On July 25, 1997, the Company and the Lenders entered into an agreement
to consolidate and restructure the Revolving Loan Agreements, as modified by
the First Loan Modification Agreements (the "Master Facility Agreement").
The Master Facility Agreement provides for a maximum outstanding principal
balance of approximately $31.4 million and includes: (i) four individual
commercial mortgage loans in the aggregate amount of approximately $21.4
million with per annum interest rates ranging from the Bank of Hawaii's base
rate (the "Base Rate") plus 1% to the Base Rate plus 2%, (ii) a revolving
line of credit for borrowing up to $6 million for working capital purposes
with a per annum interest rate at the Base Rate plus .5% (the "Working
Capital Line of Credit"), and (iii) a revolving line of credit for borrowing
of up to $4 million for home construction at the Company's Kaimana and
Halemalu projects with a per annum interest rate at the Base Rate plus 1%.
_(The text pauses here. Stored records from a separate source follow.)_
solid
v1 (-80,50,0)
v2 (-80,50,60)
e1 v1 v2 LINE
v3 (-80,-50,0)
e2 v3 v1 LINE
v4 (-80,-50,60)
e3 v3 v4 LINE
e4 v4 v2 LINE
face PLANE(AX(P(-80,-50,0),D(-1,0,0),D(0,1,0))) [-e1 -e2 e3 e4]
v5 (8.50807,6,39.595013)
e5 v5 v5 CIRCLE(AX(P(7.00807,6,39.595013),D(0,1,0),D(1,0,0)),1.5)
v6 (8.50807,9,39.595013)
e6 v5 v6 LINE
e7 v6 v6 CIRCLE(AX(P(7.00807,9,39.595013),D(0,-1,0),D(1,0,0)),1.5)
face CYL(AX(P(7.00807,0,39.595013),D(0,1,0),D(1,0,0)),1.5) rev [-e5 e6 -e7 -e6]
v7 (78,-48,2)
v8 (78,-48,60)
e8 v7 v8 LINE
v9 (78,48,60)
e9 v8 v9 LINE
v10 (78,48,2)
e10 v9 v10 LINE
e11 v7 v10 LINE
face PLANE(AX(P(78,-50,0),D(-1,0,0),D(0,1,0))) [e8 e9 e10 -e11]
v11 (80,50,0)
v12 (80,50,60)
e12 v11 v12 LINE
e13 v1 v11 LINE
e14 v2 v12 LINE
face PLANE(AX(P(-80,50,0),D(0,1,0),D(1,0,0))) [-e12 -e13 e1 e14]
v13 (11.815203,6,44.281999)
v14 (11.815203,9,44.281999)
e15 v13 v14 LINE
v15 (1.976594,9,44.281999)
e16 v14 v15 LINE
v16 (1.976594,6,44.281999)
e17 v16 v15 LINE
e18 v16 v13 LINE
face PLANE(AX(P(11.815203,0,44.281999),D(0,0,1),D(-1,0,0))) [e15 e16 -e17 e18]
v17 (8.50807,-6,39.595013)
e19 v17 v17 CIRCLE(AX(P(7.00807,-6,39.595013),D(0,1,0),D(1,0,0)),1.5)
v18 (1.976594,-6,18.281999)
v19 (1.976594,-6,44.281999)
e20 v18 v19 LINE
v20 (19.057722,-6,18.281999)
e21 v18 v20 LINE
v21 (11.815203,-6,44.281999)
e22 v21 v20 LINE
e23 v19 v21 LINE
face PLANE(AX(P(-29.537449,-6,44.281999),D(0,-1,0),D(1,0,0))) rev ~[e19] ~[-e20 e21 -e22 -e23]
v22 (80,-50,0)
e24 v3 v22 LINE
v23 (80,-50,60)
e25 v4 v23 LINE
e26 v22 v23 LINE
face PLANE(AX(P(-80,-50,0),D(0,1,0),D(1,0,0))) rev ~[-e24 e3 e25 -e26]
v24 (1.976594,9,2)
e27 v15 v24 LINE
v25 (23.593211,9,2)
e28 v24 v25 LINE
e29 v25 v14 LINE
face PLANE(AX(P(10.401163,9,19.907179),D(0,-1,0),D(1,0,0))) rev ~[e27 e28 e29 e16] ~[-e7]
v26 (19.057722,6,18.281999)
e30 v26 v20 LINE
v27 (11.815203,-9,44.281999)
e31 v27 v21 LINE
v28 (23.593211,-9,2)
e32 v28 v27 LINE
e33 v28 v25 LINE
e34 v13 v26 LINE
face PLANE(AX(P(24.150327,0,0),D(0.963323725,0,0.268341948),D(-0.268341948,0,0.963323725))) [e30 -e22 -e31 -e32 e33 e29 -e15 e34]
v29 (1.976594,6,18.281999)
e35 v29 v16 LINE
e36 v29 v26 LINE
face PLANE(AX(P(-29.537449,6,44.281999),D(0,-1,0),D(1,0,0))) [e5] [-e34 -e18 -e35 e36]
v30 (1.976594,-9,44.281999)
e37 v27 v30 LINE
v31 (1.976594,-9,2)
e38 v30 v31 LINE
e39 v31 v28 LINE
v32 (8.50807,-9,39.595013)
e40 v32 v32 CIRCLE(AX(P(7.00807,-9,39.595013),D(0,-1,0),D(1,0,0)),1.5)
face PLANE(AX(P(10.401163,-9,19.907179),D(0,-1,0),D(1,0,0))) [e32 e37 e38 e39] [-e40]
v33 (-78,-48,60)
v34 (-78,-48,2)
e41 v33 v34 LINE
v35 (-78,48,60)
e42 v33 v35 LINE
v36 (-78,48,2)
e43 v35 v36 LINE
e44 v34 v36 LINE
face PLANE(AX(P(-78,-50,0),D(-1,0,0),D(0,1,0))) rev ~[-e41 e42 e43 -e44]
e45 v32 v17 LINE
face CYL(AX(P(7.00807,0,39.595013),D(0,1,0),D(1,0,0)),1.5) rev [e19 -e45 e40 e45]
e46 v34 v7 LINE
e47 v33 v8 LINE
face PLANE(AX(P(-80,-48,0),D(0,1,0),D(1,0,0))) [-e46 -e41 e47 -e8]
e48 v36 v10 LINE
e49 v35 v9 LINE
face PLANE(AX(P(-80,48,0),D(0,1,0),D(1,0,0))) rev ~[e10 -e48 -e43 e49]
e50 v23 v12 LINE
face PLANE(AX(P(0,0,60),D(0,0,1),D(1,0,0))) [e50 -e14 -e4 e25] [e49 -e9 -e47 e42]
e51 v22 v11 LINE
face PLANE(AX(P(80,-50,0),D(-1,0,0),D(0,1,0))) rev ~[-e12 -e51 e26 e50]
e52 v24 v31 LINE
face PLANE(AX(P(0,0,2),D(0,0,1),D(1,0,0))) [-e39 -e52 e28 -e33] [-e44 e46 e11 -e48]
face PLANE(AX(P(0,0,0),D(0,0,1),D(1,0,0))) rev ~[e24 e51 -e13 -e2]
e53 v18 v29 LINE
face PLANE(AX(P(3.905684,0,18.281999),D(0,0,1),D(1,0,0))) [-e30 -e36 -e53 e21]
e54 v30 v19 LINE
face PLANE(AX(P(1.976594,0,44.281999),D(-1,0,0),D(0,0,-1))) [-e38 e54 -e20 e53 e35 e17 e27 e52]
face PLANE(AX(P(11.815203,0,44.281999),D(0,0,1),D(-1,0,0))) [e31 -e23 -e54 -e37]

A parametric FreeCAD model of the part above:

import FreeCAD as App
import Part
import Sketcher
Q = App.Units.Quantity


def faces_at(feature, points):
    """Names of the faces that lie closest to the given points."""
    faces = feature.Shape.Faces
    near = lambda p: min(range(len(faces)), key=lambda i: faces[i].distToShape(Part.Vertex(*p))[0])
    return sorted({f"Face{near(p) + 1}" for p in points})

doc = App.newDocument("Part")
body = doc.addObject("PartDesign::Body", "Body")

# Sketch on XY plane
sketch1 = body.newObject("Sketcher::SketchObject", "Sketch")
sketch1.AttachmentSupport = (doc.getObject("XY_Plane"), [""])
sketch1.MapMode = "FlatFace"
sketch1.addGeometry(Part.LineSegment(App.Vector(-80, 50, 0), App.Vector(-80, -50, 0)), False)
sketch1.addGeometry(Part.LineSegment(App.Vector(-80, -50, 0), App.Vector(80, -50, 0)), False)
sketch1.addGeometry(Part.LineSegment(App.Vector(80, -50, 0), App.Vector(80, 50, 0)), False)
sketch1.addGeometry(Part.LineSegment(App.Vector(80, 50, 0), App.Vector(-80, 50, 0)), False)
sketch1.addConstraint(Sketcher.Constraint("Coincident", 0, 2, 1, 1))
sketch1.addConstraint(Sketcher.Constraint("Coincident", 1, 2, 2, 1))
sketch1.addConstraint(Sketcher.Constraint("Coincident", 2, 2, 3, 1))
sketch1.addConstraint(Sketcher.Constraint("Coincident", 3, 2, 0, 1))
sketch1.addConstraint(Sketcher.Constraint("Vertical", 0))
sketch1.addConstraint(Sketcher.Constraint("Horizontal", 1))
sketch1.addConstraint(Sketcher.Constraint("Vertical", 2))
sketch1.addConstraint(Sketcher.Constraint("Horizontal", 3))
sketch1.addConstraint(Sketcher.Constraint("Symmetric", 0, 2, 2, 2, -1, 1))
sketch1.addConstraint(Sketcher.Constraint("DistanceX", 1, 1, 1, 2, Q("160 mm")))
sketch1.addConstraint(Sketcher.Constraint("DistanceY", 0, 2, 0, 1, Q("100 mm")))
pad1 = body.newObject("PartDesign::Pad", "Pad")
pad1.Profile = sketch1
pad1.Length = 60
doc.recompute()

thickness = body.newObject("PartDesign::Thickness", "Thickness")
thickness.Base = (pad1, faces_at(pad1, [(0, 0, 60)]))
thickness.Value = 2
thickness.Reversed = True
thickness.Join = "Arc"

# Sketch on XZ plane
sketch2 = body.newObject("Sketcher::SketchObject", "Sketch001")
sketch2.AttachmentSupport = (doc.getObject("XZ_Plane"), [""])
sketch2.MapMode = "FlatFace"
sketch2.addGeometry(Part.LineSegment(App.Vector(1.976594, 44.281999, 0), App.Vector(1.976594, 0, 0)), False)
sketch2.addGeometry(Part.LineSegment(App.Vector(1.976594, 0, 0), App.Vector(24.150327, 0, 0)), False)
sketch2.addGeometry(Part.LineSegment(App.Vector(24.150327, 0, 0), App.Vector(11.815203, 44.281999, 0)), False)
sketch2.addGeometry(Part.LineSegment(App.Vector(11.815203, 44.281999, 0), App.Vector(1.976594, 44.281999, 0)), False)
sketch2.addGeometry(Part.Circle(App.Vector(7.00807, 39.595013, 0), App.Vector(0, 0, 1), 1.5), False)
sketch2.addConstraint(Sketcher.Constraint("Coincident", 0, 2, 1, 1))
sketch2.addConstraint(Sketcher.Constraint("Coincident", 1, 2, 2, 1))
sketch2.addConstraint(Sketcher.Constraint("Coincident", 2, 2, 3, 1))
sketch2.addConstraint(Sketcher.Constraint("Coincident", 3, 2, 0, 1))
sketch2.addConstraint(Sketcher.Constraint("Vertical", 0))
sketch2.addConstraint(Sketcher.Constraint("Horizontal", 1))
sketch2.addConstraint(Sketcher.Constraint("Horizontal", 3))
sketch2.addConstraint(Sketcher.Constraint("PointOnObject", 0, 2, -1))
sketch2.addConstraint(Sketcher.Constraint("Diameter", 4, Q("3 mm")))
sketch2.addConstraint(Sketcher.Constraint("DistanceY", 0, 2, 0, 1, Q("44.281999 mm")))
sketch2.addConstraint(Sketcher.Constraint("DistanceX", 3, 2, 3, 1, Q("9.838609 mm")))
sketch2.addConstraint(Sketcher.Constraint("Distance", 2, Q("45.967932 mm")))
sketch2.addConstraint(Sketcher.Constraint("DistanceX", -1, 1, 4, 3, Q("7.00807 mm")))
sketch2.addConstraint(Sketcher.Constraint("DistanceY", -1, 1, 4, 3, Q("39.595013 mm")))
sketch2.addConstraint(Sketcher.Constraint("DistanceX", -1, 1, 0, 2, Q("1.976594 mm")))
pad2 = body.newObject("PartDesign::Pad", "Pad001")
pad2.Profile = sketch2
pad2.Length = 18
pad2.Midplane = True

# Sketch on XY plane
sketch3 = body.newObject("Sketcher::SketchObject", "Sketch002")
sketch3.AttachmentSupport = (doc.getObject("XY_Plane"), [""])
sketch3.MapMode = "FlatFace"
sketch3.AttachmentOffset = App.Placement(App.Vector(0, 0, 44.281999), App.Rotation())
sketch3.addGeometry(Part.LineSegment(App.Vector(-29.537449, 6, 0), App.Vector(-29.537449, -6, 0)), False)
sketch3.addGeometry(Part.LineSegment(App.Vector(-29.537449, -6, 0), App.Vector(37.348816, -6, 0)), False)
sketch3.addGeometry(Part.LineSegment(App.Vector(37.348816, -6, 0), App.Vector(37.348816, 6, 0)), False)
sketch3.addGeometry(Part.LineSegment(App.Vector(37.348816, 6, 0), App.Vector(-29.537449, 6, 0)), False)
sketch3.addConstraint(Sketcher.Constraint("Coincident", 0, 2, 1, 1))
sketch3.addConstraint(Sketcher.Constraint("Coincident", 1, 2, 2, 1))
sketch3.addConstraint(Sketcher.Constraint("Coincident", 2, 2, 3, 1))
sketch3.addConstraint(Sketcher.Constraint("Coincident", 3, 2, 0, 1))
sketch3.addConstraint(Sketcher.Constraint("Vertical", 0))
sketch3.addConstraint(Sketcher.Constraint("Horizontal", 1))
sketch3.addConstraint(Sketcher.Constraint("Vertical", 2))
sketch3.addConstraint(Sketcher.Constraint("Horizontal", 3))
sketch3.addConstraint(Sketcher.Constraint("DistanceY", 0, 2, 0, 1, Q("12 mm")))
sketch3.addConstraint(Sketcher.Constraint("DistanceY", 0, 2, -1, 1, Q("6 mm")))
sketch3.addConstraint(Sketcher.Constraint("DistanceX", 1, 1, 1, 2, Q("66.886265 mm")))
sketch3.addConstraint(Sketcher.Constraint("DistanceX", 0, 2, -1, 1, Q("29.537449 mm")))
pocket1 = body.newObject("PartDesign::Pocket", "Pocket")
pocket1.Profile = sketch3
pocket1.Length = 26

doc.recompute()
The outstanding principal balance under the Master Facility Agreement
together with all accrued and unpaid interest shall be due and payable in
full on May 31, 1998.
Pursuant to the terms of the Master Facility Agreement, and in addition
to a first mortgage lien already held by the Lenders on the Company's
Kehalani property on the island of Maui, the Company executed in favor of the
Lenders a first mortgage on its Puueo I and Puueo II properties on the island
of Hawaii. In addition, CBCL delivered a guaranty for payment of the Working
Capital Line of Credit. The Company's obligations to repay any amounts paid
by CBCL under such guaranty is secured by a first mortgage lien on the
Company's Kalihiwai Ridge III property.
The Company believes that entering into the Master Facility Agreement and
amending the terms and conditions of its existing revolving loan facilities
was necessary to enable the Company to meet its working capital requirements
through the end of fiscal year 1998. The Company is also seeking to generate
additional funds through sales of certain of its land parcels. Moreover, the
Company anticipates that it will require additional long-term financing to
further develop its projects. The Company is continuing its ongoing efforts
to obtain such long-term financing. No assurance can be given that the
Company will be able to obtain such financing or that any available financing
will be on terms acceptable to the Company. Failure to obtain such long-term
financing would have a material adverse effect on the Company's business.
6. RECLASSIFICATION
Certain prior year's amounts have been reclassified to conform to the
September 30, 1997 presentation.
7. OTHER EVENTS
On November 6, 1997, C. Brewer Homes, Inc. entered into an agreement in
principle for a business combination between it and Mauna Loa Macadamia
Partners, L.P. ("Mauna Loa"), subject to execution of a final merger
agreement, approval of the transaction by the Company's shareholders and the
limited partners of Mauna Loa, and other normal closing conditions.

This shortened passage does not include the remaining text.